I stayed at a hotel (Irini) in the main port of Livadhia which is at the head of a splendid bay on the island’s north shore. A row of little tavernas, hotels and studios stretches away to the east taking advantage of a narrow strip of beach. The entire seafront is lined by a broad pedestrian promenade, which is great for visitors even if it does diminish the “authentic” feel of the place a bit.

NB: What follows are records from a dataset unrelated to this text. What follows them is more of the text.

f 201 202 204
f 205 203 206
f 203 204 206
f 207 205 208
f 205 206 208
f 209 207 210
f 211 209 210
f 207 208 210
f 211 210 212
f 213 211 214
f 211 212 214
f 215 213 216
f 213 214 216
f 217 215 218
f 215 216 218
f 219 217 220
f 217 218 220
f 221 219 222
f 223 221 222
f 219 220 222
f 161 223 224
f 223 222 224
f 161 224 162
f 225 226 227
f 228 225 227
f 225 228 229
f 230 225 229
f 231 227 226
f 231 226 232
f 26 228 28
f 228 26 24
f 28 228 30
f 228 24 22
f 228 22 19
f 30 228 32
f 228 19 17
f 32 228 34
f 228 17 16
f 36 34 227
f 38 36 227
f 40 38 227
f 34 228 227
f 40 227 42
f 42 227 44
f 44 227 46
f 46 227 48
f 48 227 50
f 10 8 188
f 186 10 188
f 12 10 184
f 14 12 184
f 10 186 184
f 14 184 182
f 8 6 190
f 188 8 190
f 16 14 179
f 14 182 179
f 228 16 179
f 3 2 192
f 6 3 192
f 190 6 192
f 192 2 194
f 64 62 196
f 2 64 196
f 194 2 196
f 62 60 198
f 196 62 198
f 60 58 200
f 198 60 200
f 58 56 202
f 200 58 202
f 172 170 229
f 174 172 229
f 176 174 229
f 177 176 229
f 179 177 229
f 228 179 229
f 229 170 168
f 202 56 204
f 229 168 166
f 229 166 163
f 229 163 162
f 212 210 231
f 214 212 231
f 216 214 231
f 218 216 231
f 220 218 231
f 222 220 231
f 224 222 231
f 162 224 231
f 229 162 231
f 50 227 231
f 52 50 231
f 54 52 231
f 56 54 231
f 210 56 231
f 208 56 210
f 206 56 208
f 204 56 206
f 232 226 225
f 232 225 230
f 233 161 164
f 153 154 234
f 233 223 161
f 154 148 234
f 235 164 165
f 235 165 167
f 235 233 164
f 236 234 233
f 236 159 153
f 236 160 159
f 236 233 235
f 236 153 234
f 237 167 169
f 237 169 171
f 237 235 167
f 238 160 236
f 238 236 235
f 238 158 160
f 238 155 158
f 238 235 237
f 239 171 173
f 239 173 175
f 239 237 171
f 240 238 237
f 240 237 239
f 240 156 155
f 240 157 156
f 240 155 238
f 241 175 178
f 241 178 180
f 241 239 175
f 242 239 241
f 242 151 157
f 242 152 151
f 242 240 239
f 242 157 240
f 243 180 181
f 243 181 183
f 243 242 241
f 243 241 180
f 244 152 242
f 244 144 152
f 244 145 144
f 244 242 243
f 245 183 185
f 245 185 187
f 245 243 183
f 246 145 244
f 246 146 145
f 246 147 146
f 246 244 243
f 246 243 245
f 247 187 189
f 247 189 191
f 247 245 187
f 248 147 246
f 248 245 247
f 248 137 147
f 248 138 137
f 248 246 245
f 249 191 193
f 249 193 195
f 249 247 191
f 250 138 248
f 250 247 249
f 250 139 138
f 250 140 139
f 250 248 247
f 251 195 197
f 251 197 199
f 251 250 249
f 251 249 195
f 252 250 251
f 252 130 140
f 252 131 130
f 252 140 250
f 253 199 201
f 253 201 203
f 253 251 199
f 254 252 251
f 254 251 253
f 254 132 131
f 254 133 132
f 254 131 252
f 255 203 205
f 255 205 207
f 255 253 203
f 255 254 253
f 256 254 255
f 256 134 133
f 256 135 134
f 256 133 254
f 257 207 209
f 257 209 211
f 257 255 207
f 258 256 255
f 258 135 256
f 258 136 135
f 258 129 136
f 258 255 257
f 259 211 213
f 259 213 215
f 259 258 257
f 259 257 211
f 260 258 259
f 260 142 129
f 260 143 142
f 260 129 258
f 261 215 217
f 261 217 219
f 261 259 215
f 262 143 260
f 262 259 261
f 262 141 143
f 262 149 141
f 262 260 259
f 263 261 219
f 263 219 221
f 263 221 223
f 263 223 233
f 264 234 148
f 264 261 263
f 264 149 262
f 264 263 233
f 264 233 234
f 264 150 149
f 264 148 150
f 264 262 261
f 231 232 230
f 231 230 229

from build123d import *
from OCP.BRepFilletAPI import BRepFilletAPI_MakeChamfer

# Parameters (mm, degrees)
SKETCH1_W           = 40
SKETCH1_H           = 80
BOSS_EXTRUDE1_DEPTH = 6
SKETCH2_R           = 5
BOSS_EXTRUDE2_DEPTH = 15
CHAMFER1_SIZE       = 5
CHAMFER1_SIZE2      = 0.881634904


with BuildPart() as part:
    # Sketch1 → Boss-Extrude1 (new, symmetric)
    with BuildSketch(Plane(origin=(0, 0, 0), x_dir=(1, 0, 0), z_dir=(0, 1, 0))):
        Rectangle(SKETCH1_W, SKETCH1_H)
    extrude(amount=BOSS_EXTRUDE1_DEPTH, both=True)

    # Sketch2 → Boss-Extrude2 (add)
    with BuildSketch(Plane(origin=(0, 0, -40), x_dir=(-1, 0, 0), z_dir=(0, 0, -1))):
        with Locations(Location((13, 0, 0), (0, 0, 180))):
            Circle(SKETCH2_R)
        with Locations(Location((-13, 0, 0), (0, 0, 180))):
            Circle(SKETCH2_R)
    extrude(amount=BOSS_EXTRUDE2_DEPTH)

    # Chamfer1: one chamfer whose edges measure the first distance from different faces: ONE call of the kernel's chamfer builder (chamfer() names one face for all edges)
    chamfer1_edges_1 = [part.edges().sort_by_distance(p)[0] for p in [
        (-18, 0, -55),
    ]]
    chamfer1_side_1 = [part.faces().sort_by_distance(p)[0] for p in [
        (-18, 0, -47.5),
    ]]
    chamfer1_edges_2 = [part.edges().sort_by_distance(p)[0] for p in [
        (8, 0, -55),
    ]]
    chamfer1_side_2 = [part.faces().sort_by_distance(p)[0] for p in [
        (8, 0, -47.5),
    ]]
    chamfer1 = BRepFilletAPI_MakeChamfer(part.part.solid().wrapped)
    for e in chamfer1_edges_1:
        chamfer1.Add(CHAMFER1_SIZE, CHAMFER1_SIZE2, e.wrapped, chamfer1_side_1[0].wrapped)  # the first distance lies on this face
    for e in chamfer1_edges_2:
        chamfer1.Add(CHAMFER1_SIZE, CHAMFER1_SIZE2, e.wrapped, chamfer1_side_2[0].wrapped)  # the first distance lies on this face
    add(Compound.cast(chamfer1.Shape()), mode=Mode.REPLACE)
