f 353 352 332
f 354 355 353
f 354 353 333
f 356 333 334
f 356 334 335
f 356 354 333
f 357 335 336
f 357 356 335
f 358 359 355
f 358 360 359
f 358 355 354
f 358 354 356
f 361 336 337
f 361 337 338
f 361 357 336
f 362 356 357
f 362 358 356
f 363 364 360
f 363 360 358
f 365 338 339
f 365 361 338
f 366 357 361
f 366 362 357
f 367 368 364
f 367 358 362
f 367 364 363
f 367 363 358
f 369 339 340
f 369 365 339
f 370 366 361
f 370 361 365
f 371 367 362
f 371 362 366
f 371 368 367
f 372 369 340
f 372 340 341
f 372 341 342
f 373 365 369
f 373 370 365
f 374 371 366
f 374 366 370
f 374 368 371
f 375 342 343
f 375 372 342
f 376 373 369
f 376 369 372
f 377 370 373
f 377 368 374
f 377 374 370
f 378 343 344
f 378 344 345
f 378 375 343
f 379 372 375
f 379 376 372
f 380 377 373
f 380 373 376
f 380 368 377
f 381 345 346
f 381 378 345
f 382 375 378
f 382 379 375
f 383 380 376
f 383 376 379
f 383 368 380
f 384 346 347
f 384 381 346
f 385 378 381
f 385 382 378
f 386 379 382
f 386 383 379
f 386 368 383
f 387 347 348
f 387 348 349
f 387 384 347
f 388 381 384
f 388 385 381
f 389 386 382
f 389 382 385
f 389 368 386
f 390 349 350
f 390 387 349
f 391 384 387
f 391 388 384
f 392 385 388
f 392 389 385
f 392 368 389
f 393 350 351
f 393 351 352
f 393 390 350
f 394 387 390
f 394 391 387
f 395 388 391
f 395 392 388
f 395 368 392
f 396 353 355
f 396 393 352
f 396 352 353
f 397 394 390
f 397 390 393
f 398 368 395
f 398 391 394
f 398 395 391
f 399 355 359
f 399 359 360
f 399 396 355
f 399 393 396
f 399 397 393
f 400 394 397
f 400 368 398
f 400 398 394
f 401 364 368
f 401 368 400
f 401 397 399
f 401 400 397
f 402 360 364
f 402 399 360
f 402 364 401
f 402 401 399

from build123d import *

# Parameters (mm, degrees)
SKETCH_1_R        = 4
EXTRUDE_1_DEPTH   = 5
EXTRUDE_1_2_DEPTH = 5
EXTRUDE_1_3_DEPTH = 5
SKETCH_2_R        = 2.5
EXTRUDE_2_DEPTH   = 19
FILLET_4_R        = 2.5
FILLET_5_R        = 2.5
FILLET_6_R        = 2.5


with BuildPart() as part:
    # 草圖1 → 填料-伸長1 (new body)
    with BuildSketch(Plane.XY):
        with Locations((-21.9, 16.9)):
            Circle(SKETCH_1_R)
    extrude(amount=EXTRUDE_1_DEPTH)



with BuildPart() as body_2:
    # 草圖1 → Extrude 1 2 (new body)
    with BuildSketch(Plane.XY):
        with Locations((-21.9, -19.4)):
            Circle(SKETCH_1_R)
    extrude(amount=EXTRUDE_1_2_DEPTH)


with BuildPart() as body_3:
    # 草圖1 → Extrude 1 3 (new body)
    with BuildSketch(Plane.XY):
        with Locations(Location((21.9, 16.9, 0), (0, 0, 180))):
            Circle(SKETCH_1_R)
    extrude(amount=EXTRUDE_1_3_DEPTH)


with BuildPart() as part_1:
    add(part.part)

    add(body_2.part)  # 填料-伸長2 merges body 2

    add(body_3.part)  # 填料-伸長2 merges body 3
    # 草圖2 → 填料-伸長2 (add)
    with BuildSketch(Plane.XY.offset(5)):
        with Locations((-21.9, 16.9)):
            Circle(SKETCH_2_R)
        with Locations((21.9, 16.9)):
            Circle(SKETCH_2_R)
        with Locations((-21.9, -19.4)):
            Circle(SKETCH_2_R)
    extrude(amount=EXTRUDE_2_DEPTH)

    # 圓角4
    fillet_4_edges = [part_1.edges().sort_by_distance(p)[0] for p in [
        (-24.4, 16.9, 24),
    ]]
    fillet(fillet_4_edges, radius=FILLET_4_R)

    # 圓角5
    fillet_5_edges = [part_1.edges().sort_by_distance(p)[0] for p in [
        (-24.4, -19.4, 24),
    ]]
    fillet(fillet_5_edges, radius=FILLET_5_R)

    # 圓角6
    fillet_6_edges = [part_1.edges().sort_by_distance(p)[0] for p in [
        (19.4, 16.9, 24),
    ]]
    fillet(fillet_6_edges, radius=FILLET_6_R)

I have to say I did very little and thoroughly enjoyed just that. A slight spanner in the works was that I developed quite a serious ear infection a couple of days after arriving. The side of my face was very swollen and very painful so I thought I'd better seek medical opinion - easier said than done.

I asked the hotel about the nearest doctor and was told where the surgery is and that it would be open the next morning at 9.00 am - it wasn't. A guy wandering past told me it would be open that evening at 8.30 so I went along, walked in and was confronted by the surgery door wide open with a pregnant woman about to have some sort of examination that I'm sure she would not want spectators at. A woman (turned out to be the midwife) closed the door and came it to talk to me ( she spoke perfect English thankfully).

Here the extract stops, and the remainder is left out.